All of this may be lost on Palestinians worried about rising unemployment and poverty, and the lagging reconstruction of Gaza after last summer’s devastating war between Israel and Hamas. Al Quds, the largest-circulation Palestinian newspaper, posted a video last week in which people stopped in the streets of Ramallah struggled to name a single member of the P.L.O. executive committee or to explain its role. 

Two officials say Abbas has told confidants he won’t seek re-election to the top posts in the Palestine Liberation Organization or his Fatah movement in upcoming elections, Associated Press adds.

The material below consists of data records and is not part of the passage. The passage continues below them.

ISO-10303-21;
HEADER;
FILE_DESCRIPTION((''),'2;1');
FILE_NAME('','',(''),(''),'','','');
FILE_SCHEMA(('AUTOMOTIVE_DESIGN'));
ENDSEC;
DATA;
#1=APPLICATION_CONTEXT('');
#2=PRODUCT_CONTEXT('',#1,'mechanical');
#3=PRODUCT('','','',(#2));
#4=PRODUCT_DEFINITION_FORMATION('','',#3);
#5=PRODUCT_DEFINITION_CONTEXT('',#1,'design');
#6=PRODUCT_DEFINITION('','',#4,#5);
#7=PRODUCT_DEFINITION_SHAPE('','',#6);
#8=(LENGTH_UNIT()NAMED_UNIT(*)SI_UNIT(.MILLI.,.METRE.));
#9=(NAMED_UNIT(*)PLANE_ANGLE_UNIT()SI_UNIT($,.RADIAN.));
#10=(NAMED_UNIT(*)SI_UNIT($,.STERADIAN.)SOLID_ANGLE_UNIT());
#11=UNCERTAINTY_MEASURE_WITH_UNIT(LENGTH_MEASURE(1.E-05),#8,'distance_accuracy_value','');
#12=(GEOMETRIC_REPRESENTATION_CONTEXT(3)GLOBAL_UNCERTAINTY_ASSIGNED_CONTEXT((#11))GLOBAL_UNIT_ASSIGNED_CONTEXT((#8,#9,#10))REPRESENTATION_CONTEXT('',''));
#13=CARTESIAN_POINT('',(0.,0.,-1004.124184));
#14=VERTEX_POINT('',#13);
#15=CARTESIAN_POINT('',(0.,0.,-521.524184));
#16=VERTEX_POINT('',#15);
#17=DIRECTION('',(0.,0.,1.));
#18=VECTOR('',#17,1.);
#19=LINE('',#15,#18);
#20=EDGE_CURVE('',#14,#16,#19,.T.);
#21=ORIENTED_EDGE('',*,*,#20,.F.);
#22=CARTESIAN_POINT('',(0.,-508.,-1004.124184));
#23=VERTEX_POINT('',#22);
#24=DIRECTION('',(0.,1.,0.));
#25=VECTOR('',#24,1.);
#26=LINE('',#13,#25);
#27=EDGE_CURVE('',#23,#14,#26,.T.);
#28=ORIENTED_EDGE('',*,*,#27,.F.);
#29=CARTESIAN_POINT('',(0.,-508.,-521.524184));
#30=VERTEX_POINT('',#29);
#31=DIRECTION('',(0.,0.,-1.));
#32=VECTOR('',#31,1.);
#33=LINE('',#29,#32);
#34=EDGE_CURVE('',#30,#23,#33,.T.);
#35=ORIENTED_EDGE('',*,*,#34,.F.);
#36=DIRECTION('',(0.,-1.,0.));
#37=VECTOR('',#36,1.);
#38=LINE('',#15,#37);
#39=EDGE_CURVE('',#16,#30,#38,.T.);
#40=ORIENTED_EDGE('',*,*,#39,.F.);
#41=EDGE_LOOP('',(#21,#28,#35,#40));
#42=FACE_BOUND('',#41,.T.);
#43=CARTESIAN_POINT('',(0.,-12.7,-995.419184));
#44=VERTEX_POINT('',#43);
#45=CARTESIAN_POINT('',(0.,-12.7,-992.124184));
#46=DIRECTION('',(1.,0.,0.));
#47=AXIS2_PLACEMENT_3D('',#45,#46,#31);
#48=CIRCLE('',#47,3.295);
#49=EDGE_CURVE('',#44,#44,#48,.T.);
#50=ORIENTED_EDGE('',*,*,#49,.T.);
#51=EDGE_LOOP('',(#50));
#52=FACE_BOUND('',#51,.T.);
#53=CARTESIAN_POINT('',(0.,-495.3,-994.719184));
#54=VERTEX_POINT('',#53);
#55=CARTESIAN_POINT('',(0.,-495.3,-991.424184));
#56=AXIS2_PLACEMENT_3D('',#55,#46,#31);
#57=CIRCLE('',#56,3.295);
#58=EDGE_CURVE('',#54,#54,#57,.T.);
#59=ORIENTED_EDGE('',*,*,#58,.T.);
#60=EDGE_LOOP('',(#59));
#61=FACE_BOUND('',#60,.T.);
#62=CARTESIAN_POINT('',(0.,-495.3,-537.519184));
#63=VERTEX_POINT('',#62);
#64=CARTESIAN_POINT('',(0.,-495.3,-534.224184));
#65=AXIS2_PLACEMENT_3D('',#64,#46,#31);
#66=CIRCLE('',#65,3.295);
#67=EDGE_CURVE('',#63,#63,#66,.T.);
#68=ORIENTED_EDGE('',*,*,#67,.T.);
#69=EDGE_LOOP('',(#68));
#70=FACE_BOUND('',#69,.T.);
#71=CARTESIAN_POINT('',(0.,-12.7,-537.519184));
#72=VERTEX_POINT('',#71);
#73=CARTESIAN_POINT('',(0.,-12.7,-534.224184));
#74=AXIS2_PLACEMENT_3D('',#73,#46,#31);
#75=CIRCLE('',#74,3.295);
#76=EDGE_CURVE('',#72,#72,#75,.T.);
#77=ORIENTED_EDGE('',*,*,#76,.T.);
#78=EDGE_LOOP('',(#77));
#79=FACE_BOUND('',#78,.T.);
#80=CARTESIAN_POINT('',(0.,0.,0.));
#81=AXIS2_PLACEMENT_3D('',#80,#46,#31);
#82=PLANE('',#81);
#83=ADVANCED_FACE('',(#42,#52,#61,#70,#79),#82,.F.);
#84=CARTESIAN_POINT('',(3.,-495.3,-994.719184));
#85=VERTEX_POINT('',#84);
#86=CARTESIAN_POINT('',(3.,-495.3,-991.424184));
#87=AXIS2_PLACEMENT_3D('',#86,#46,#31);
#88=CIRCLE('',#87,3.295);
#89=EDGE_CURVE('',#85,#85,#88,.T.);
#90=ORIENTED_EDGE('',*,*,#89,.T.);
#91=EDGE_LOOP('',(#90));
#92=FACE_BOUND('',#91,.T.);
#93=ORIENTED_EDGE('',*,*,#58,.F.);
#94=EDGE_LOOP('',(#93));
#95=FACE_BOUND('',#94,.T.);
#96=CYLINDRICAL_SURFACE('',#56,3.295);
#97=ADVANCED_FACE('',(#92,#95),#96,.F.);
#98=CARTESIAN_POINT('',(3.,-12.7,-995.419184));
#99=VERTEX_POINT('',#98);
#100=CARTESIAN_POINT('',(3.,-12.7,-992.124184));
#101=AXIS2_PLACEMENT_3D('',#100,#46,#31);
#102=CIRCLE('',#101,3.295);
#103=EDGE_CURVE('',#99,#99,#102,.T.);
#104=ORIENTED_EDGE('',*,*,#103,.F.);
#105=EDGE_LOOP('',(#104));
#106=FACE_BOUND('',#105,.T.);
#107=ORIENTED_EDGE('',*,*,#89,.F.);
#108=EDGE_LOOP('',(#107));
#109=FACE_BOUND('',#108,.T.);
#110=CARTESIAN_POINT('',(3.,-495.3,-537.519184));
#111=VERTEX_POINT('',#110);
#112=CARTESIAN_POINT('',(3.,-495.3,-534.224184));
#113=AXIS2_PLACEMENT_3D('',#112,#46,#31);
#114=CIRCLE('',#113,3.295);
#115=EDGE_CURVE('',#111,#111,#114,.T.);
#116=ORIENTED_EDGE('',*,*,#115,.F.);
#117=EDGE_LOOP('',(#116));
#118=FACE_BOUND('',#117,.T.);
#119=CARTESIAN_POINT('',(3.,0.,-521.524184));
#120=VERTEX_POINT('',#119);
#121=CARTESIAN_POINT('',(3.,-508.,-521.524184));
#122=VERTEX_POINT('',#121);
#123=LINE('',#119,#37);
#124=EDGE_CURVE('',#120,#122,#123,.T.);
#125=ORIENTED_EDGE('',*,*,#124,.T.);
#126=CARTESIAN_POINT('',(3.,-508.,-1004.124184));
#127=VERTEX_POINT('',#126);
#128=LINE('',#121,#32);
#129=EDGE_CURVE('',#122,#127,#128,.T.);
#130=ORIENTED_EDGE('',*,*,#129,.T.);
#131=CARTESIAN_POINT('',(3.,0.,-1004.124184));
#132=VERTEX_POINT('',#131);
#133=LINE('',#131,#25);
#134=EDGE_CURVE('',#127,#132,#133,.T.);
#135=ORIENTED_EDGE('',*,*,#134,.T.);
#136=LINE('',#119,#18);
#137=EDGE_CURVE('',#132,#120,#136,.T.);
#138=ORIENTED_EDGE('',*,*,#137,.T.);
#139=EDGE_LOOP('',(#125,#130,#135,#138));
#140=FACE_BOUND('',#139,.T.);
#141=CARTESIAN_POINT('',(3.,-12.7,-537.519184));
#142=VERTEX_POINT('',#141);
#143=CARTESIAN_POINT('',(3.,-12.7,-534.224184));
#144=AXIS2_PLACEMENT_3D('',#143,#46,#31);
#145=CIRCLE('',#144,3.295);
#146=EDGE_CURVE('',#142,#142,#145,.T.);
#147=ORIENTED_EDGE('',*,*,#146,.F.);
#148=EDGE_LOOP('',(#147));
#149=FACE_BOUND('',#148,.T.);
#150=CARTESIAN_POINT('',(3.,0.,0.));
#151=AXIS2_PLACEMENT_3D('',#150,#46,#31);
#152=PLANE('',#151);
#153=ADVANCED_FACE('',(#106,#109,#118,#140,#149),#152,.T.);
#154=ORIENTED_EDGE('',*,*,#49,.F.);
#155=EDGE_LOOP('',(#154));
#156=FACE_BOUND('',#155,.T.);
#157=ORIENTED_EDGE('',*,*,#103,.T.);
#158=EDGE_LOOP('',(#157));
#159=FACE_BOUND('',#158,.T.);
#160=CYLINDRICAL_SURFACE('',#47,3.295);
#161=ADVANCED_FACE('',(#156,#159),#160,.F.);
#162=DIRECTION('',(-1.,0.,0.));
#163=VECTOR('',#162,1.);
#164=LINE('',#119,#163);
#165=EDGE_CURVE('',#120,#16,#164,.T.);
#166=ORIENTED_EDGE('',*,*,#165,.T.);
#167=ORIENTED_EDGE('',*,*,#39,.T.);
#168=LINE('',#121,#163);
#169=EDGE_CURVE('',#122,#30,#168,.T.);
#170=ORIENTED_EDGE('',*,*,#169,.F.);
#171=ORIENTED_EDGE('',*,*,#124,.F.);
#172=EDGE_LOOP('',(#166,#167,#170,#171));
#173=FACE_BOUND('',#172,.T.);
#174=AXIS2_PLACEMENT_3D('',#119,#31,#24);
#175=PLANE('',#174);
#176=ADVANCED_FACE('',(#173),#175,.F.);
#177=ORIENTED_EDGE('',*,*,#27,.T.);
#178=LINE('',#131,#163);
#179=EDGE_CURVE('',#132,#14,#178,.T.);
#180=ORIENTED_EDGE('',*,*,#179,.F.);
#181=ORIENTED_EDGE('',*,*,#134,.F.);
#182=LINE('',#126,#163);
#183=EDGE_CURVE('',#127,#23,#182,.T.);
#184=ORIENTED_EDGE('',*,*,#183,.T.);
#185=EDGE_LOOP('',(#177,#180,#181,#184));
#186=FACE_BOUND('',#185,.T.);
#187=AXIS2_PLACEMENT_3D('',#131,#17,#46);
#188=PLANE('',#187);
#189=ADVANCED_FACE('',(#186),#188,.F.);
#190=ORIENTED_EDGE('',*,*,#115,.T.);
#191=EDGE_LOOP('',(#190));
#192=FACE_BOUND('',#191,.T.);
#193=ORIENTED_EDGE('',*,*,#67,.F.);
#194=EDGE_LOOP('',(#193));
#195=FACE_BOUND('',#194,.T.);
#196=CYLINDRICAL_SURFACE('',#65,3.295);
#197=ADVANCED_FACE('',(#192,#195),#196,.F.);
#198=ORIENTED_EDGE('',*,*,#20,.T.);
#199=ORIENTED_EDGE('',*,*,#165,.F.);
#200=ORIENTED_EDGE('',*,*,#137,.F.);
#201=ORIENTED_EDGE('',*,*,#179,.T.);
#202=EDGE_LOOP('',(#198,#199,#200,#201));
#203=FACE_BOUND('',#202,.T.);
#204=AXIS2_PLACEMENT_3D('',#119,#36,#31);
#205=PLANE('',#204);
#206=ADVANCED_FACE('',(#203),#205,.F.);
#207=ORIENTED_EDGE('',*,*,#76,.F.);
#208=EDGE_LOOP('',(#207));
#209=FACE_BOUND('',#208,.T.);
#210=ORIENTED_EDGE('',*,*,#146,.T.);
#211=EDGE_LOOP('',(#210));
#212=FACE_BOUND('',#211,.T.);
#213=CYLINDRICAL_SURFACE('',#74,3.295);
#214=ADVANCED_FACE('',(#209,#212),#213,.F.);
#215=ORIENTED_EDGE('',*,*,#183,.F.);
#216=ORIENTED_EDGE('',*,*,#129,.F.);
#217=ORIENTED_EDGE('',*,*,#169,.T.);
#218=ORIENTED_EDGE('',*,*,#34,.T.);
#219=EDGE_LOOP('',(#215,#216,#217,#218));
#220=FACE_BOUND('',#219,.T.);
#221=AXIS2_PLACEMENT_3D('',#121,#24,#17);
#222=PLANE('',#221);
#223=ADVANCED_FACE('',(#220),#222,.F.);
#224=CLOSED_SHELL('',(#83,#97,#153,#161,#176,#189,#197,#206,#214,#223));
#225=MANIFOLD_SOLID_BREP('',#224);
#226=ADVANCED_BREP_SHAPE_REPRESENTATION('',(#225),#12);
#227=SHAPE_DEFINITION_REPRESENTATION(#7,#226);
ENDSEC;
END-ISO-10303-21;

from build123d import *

# Parameters (mm, degrees)
SKETCH1_W           = 482.6
SKETCH1_H           = 508
BOSS_EXTRUDE1_DEPTH = 3
SKETCH2_R           = 3.295
CUT_EXTRUDE1_DEPTH  = 3


with BuildPart() as part:
    # Sketch1 → Boss-Extrude1 (new body)
    with BuildSketch(Plane(origin=(0, 0, 0), x_dir=(0, 0, -1), z_dir=(1, 0, 0))):
        with Locations((762.824184205, -254)):
            Rectangle(SKETCH1_W, SKETCH1_H)
    extrude(amount=BOSS_EXTRUDE1_DEPTH)

    # Sketch2 → Cut-Extrude1 (cut)
    with BuildSketch(Plane(origin=(3, 0, 0), x_dir=(0, 0, -1), z_dir=(1, 0, 0))):
        with Locations((992.124184205, -12.7)):
            Circle(SKETCH2_R)
        with Locations((534.224184205, -12.7)):
            Circle(SKETCH2_R)
        with Locations((534.224184205, -495.3)):
            Circle(SKETCH2_R)
        with Locations((991.424184205, -495.3)):
            Circle(SKETCH2_R)
    extrude(amount=-CUT_EXTRUDE1_DEPTH, mode=Mode.SUBTRACT)


solid = part.part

“I think for the most part the public is not buying into it,” said Khalil Shikaki, director of the Palestinian Center for Policy and Survey Research, whose quarterly polls have shown Mr. Abbas’s approval ratings between 35 percent and 44 percent over the past year.

Mr. Shikaki said Mr. Abbas has no answers to the public’s pressing questions: “Why is he failing to unify the West Bank and Gaza? Why is he failing to confront the Israelis and the Americans? Why is he failing to deal with corruption at home? Why is he picking fights with people inside Fatah and outside?”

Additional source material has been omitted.